**Your instructions:** Once the line with "v25 (288,30,1.75)" is found in the entries below, print it and each following line exactly, stopping after the line with "e52 v44 v33 LINE"; print nothing else.

**Material provided:**
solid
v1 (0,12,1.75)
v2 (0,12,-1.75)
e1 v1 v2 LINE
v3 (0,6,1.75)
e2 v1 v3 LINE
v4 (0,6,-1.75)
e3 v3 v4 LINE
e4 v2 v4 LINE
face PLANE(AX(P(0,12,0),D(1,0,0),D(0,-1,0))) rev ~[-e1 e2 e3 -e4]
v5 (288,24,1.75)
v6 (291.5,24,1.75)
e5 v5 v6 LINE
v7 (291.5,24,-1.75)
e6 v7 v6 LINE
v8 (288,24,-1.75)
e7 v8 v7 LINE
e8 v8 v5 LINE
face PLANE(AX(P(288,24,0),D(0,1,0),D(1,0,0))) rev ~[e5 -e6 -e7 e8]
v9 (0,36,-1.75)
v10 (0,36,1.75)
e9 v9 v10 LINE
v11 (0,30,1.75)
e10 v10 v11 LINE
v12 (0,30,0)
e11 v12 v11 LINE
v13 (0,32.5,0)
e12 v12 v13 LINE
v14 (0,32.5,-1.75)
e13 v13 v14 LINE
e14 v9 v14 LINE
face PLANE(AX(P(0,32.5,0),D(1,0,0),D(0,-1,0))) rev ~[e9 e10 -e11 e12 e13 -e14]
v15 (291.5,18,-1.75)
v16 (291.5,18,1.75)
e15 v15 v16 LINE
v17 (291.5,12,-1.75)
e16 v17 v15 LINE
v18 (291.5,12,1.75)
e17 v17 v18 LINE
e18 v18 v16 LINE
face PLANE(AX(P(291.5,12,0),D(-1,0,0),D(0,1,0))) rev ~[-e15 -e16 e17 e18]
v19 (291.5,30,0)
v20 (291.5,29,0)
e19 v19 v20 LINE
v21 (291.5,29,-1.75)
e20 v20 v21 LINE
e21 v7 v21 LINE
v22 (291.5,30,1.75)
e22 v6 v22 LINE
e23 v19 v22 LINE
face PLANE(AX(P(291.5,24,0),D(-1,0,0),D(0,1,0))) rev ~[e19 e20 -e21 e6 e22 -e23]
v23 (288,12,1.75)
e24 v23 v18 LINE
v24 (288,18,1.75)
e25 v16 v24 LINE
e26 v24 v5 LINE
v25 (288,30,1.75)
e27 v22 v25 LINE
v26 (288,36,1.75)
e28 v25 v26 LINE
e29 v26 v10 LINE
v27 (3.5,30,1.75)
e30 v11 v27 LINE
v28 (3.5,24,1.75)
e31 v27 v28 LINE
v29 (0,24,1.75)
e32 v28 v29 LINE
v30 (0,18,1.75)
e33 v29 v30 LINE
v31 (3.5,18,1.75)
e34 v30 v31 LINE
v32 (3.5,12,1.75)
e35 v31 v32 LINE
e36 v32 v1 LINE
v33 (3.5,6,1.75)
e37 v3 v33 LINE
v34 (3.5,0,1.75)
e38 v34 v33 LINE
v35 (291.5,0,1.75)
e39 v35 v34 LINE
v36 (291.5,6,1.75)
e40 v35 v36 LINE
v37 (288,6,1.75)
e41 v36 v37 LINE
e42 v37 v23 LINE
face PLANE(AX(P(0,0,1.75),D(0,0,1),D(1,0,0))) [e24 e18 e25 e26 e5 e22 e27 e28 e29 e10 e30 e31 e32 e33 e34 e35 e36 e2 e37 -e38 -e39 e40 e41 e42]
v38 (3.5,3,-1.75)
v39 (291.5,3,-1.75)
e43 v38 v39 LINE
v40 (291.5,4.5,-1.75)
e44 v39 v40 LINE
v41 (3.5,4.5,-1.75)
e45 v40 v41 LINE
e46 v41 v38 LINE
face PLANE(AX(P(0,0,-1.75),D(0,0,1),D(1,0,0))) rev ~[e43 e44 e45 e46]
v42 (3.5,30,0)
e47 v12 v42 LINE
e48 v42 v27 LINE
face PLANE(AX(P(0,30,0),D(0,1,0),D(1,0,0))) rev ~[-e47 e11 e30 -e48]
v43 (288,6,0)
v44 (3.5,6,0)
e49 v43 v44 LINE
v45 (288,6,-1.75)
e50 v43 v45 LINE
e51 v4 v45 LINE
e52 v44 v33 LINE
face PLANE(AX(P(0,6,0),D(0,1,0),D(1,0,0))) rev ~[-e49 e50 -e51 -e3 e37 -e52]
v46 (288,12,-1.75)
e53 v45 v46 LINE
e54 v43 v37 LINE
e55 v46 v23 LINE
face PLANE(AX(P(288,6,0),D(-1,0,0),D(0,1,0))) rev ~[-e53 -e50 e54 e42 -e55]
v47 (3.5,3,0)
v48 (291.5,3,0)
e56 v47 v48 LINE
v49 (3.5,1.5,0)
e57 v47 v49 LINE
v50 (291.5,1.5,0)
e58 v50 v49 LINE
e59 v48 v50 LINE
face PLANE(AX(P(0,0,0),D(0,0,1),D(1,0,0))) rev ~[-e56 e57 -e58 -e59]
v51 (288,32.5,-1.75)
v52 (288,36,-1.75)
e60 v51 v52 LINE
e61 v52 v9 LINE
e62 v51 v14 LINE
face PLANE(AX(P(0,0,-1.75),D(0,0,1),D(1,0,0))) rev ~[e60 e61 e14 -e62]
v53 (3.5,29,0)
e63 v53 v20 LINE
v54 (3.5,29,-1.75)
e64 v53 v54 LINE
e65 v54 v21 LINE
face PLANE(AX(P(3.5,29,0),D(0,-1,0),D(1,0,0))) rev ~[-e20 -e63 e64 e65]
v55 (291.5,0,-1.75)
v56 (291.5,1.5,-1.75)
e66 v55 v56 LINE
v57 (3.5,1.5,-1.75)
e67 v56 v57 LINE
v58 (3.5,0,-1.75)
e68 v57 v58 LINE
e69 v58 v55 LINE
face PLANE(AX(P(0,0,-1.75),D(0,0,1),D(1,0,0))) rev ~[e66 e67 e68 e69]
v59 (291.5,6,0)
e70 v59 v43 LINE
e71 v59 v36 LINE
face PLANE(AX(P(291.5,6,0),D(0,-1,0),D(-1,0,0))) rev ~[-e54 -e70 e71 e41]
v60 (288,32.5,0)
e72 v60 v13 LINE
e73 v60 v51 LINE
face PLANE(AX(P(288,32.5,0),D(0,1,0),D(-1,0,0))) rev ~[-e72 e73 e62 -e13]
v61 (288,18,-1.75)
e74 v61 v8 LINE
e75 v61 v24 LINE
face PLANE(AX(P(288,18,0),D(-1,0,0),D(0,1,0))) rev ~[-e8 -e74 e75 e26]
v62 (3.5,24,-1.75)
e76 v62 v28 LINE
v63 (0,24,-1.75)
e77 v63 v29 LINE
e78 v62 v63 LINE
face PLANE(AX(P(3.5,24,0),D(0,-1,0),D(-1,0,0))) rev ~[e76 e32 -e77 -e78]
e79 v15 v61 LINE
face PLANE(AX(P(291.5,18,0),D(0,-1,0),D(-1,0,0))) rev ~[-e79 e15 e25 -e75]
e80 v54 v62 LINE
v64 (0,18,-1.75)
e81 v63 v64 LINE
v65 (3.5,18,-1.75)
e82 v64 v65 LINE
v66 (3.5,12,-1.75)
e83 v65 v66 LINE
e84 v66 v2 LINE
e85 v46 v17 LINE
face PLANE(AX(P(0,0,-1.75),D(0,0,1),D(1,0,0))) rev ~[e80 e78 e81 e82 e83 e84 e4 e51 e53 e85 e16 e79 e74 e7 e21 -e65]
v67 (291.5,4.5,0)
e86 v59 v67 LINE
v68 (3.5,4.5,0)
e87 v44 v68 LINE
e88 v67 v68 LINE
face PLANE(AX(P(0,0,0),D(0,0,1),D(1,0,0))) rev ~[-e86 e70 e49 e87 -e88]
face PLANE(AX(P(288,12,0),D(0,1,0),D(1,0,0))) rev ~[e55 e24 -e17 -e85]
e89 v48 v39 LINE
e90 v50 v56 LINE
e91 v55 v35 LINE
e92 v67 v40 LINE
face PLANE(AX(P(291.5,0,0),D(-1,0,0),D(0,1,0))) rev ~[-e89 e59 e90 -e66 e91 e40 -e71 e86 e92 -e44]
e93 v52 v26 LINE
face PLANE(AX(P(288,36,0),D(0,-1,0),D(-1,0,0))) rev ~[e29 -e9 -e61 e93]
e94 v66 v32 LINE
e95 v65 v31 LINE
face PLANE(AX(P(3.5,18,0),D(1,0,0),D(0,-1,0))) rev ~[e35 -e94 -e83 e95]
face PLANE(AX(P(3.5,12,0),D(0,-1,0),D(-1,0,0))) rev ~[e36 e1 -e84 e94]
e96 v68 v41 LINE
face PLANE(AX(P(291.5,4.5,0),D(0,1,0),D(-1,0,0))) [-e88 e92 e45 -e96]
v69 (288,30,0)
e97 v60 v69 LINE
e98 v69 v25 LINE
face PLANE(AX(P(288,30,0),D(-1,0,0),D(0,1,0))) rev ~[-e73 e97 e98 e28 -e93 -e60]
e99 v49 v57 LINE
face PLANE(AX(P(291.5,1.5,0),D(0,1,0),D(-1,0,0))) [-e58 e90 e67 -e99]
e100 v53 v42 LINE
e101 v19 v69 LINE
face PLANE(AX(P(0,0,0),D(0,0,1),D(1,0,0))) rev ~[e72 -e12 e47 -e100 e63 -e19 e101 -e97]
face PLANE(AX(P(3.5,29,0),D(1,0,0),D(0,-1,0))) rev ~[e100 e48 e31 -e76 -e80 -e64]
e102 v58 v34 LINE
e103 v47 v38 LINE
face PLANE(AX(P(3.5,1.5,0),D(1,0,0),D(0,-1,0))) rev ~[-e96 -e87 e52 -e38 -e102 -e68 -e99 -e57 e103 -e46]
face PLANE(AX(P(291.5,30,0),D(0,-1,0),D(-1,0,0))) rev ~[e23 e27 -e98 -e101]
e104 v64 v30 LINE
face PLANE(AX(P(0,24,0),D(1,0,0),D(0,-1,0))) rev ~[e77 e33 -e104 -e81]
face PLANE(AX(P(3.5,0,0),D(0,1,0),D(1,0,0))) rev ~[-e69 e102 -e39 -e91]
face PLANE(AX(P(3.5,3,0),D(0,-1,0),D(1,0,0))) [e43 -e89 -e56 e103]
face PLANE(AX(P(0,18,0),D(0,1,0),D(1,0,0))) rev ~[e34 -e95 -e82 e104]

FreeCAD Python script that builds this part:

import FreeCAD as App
import Part
import Sketcher

V = App.Vector
Q = App.Units.Quantity

doc = App.newDocument("Part")
params = doc.addObject("Spreadsheet::Sheet", "Params")
for row, (alias, value) in enumerate([
    ("sketch1_width", "288 mm"),
    ("sketch1_height", "6 mm"),
    ("sketch1_width2", "3.5 mm"),
    ("pad1_length", "1.75 mm"),
    ("sketch2_width", "288 mm"),
    ("sketch2_height", "6 mm"),
    ("sketch2_width2", "3.5 mm"),
    ("sketch2_height2", "1.5 mm"),
    ("pad2_length", "1.75 mm"),
], start=1):
    params.set(f"A{row}", alias)
    params.set(f"B{row}", "=" + value)
    params.setAlias(f"B{row}", alias)

body = doc.addObject("PartDesign::Body", "Body")

sketch1 = doc.addObject("Sketcher::SketchObject", "Sketch")
body.addObject(sketch1)
sketch1.AttachmentSupport = (doc.XY_Plane, [""])
sketch1.MapMode = "FlatFace"
sketch1.addGeometry([
    Part.LineSegment(V(3.5, 0, 0), V(291.5, 0, 0)),
    Part.LineSegment(V(291.5, 0, 0), V(291.5, 6, 0)),
    Part.LineSegment(V(291.5, 6, 0), V(288, 6, 0)),
    Part.LineSegment(V(288, 6, 0), V(288, 12, 0)),
    Part.LineSegment(V(288, 12, 0), V(291.5, 12, 0)),
    Part.LineSegment(V(291.5, 12, 0), V(291.5, 18, 0)),
    Part.LineSegment(V(291.5, 18, 0), V(288, 18, 0)),
    Part.LineSegment(V(288, 18, 0), V(288, 24, 0)),
    Part.LineSegment(V(288, 24, 0), V(291.5, 24, 0)),
    Part.LineSegment(V(291.5, 24, 0), V(291.5, 30, 0)),
    Part.LineSegment(V(291.5, 30, 0), V(288, 30, 0)),
    Part.LineSegment(V(288, 30, 0), V(288, 36, 0)),
    Part.LineSegment(V(288, 36, 0), V(0, 36, 0)),
    Part.LineSegment(V(0, 36, 0), V(0, 30, 0)),
    Part.LineSegment(V(0, 30, 0), V(3.5, 30, 0)),
    Part.LineSegment(V(3.5, 30, 0), V(3.5, 24, 0)),
    Part.LineSegment(V(3.5, 24, 0), V(0, 24, 0)),
    Part.LineSegment(V(0, 24, 0), V(0, 18, 0)),
    Part.LineSegment(V(0, 18, 0), V(3.5, 18, 0)),
    Part.LineSegment(V(3.5, 18, 0), V(3.5, 12, 0)),
    Part.LineSegment(V(3.5, 12, 0), V(0, 12, 0)),
    Part.LineSegment(V(0, 12, 0), V(0, 6, 0)),
    Part.LineSegment(V(0, 6, 0), V(3.5, 6, 0)),
    Part.LineSegment(V(3.5, 6, 0), V(3.5, 0, 0)),
], False)
sketch1.addConstraint([
    Sketcher.Constraint("Coincident", 0, 2, 1, 1),
    Sketcher.Constraint("Coincident", 1, 2, 2, 1),
    Sketcher.Constraint("Coincident", 2, 2, 3, 1),
    Sketcher.Constraint("Coincident", 3, 2, 4, 1),
    Sketcher.Constraint("Coincident", 4, 2, 5, 1),
    Sketcher.Constraint("Coincident", 5, 2, 6, 1),
    Sketcher.Constraint("Coincident", 6, 2, 7, 1),
    Sketcher.Constraint("Coincident", 7, 2, 8, 1),
    Sketcher.Constraint("Coincident", 8, 2, 9, 1),
    Sketcher.Constraint("Coincident", 9, 2, 10, 1),
    Sketcher.Constraint("Coincident", 10, 2, 11, 1),
    Sketcher.Constraint("Coincident", 11, 2, 12, 1),
    Sketcher.Constraint("Coincident", 12, 2, 13, 1),
    Sketcher.Constraint("Coincident", 13, 2, 14, 1),
    Sketcher.Constraint("Coincident", 14, 2, 15, 1),
    Sketcher.Constraint("Coincident", 15, 2, 16, 1),
    Sketcher.Constraint("Coincident", 16, 2, 17, 1),
    Sketcher.Constraint("Coincident", 17, 2, 18, 1),
    Sketcher.Constraint("Coincident", 18, 2, 19, 1),
    Sketcher.Constraint("Coincident", 19, 2, 20, 1),
    Sketcher.Constraint("Coincident", 20, 2, 21, 1),
    Sketcher.Constraint("Coincident", 21, 2, 22, 1),
    Sketcher.Constraint("Coincident", 22, 2, 23, 1),
    Sketcher.Constraint("Coincident", 23, 2, 0, 1),
    Sketcher.Constraint("Horizontal", 0),
    Sketcher.Constraint("Vertical", 1),
    Sketcher.Constraint("Horizontal", 2),
    Sketcher.Constraint("Vertical", 3),
    Sketcher.Constraint("Horizontal", 4),
    Sketcher.Constraint("Vertical", 5),
    Sketcher.Constraint("Horizontal", 6),
    Sketcher.Constraint("Vertical", 7),
    Sketcher.Constraint("Horizontal", 8),
    Sketcher.Constraint("Vertical", 9),
    Sketcher.Constraint("Horizontal", 10),
    Sketcher.Constraint("Vertical", 11),
    Sketcher.Constraint("Horizontal", 12),
    Sketcher.Constraint("Vertical", 13),
    Sketcher.Constraint("Horizontal", 14),
    Sketcher.Constraint("Vertical", 15),
    Sketcher.Constraint("Horizontal", 16),
    Sketcher.Constraint("Vertical", 17),
    Sketcher.Constraint("Horizontal", 18),
    Sketcher.Constraint("Vertical", 19),
    Sketcher.Constraint("Horizontal", 20),
    Sketcher.Constraint("Vertical", 21),
    Sketcher.Constraint("Horizontal", 22),
    Sketcher.Constraint("Vertical", 23),
    Sketcher.Constraint("PointOnObject", 0, 2, -1),
    Sketcher.Constraint("PointOnObject", 12, 2, -2),
    Sketcher.Constraint("PointOnObject", 16, 2, -2),
    Sketcher.Constraint("PointOnObject", 20, 2, -2),
    Sketcher.Constraint("Horizontal", 10, 2, 13, 2),
    Sketcher.Constraint("Horizontal", 8, 2, 15, 2),
    Sketcher.Constraint("Horizontal", 6, 2, 17, 2),
    Sketcher.Constraint("Horizontal", 4, 2, 19, 2),
    Sketcher.Constraint("Horizontal", 2, 2, 21, 2),
    Sketcher.Constraint("Vertical", 1, 2, 4, 2),
    Sketcher.Constraint("Vertical", 3, 2, 6, 2),
    Sketcher.Constraint("Vertical", 5, 2, 8, 2),
    Sketcher.Constraint("Vertical", 7, 2, 10, 2),
    Sketcher.Constraint("Vertical", 15, 2, 18, 2),
    Sketcher.Constraint("Vertical", 19, 2, 22, 2),
    Sketcher.Constraint("Equal", 0, 12),
    Sketcher.Constraint("Equal", 1, 3),
    Sketcher.Constraint("Equal", 3, 5),
    Sketcher.Constraint("Equal", 5, 7),
    Sketcher.Constraint("Equal", 7, 9),
    Sketcher.Constraint("Equal", 9, 11),
    Sketcher.Constraint("DistanceX", 0, 1, 0, 2, Q("288 mm")),
    Sketcher.Constraint("DistanceY", 1, 1, 1, 2, Q("6 mm")),
    Sketcher.Constraint("DistanceX", 2, 2, 2, 1, Q("3.5 mm")),
])
sketch1.setExpression("Constraints[69]", "Params.sketch1_width")
sketch1.setExpression("Constraints[70]", "Params.sketch1_height")
sketch1.setExpression("Constraints[71]", "Params.sketch1_width2")
pad1 = doc.addObject("PartDesign::Pad", "Pad")
body.addObject(pad1)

**Task answer:**
v25 (288,30,1.75)
e27 v22 v25 LINE
v26 (288,36,1.75)
e28 v25 v26 LINE
e29 v26 v10 LINE
v27 (3.5,30,1.75)
e30 v11 v27 LINE
v28 (3.5,24,1.75)
e31 v27 v28 LINE
v29 (0,24,1.75)
e32 v28 v29 LINE
v30 (0,18,1.75)
e33 v29 v30 LINE
v31 (3.5,18,1.75)
e34 v30 v31 LINE
v32 (3.5,12,1.75)
e35 v31 v32 LINE
e36 v32 v1 LINE
v33 (3.5,6,1.75)
e37 v3 v33 LINE
v34 (3.5,0,1.75)
e38 v34 v33 LINE
v35 (291.5,0,1.75)
e39 v35 v34 LINE
v36 (291.5,6,1.75)
e40 v35 v36 LINE
v37 (288,6,1.75)
e41 v36 v37 LINE
e42 v37 v23 LINE
face PLANE(AX(P(0,0,1.75),D(0,0,1),D(1,0,0))) [e24 e18 e25 e26 e5 e22 e27 e28 e29 e10 e30 e31 e32 e33 e34 e35 e36 e2 e37 -e38 -e39 e40 e41 e42]
v38 (3.5,3,-1.75)
v39 (291.5,3,-1.75)
e43 v38 v39 LINE
v40 (291.5,4.5,-1.75)
e44 v39 v40 LINE
v41 (3.5,4.5,-1.75)
e45 v40 v41 LINE
e46 v41 v38 LINE
face PLANE(AX(P(0,0,-1.75),D(0,0,1),D(1,0,0))) rev ~[e43 e44 e45 e46]
v42 (3.5,30,0)
e47 v12 v42 LINE
e48 v42 v27 LINE
face PLANE(AX(P(0,30,0),D(0,1,0),D(1,0,0))) rev ~[-e47 e11 e30 -e48]
v43 (288,6,0)
v44 (3.5,6,0)
e49 v43 v44 LINE
v45 (288,6,-1.75)
e50 v43 v45 LINE
e51 v4 v45 LINE
e52 v44 v33 LINE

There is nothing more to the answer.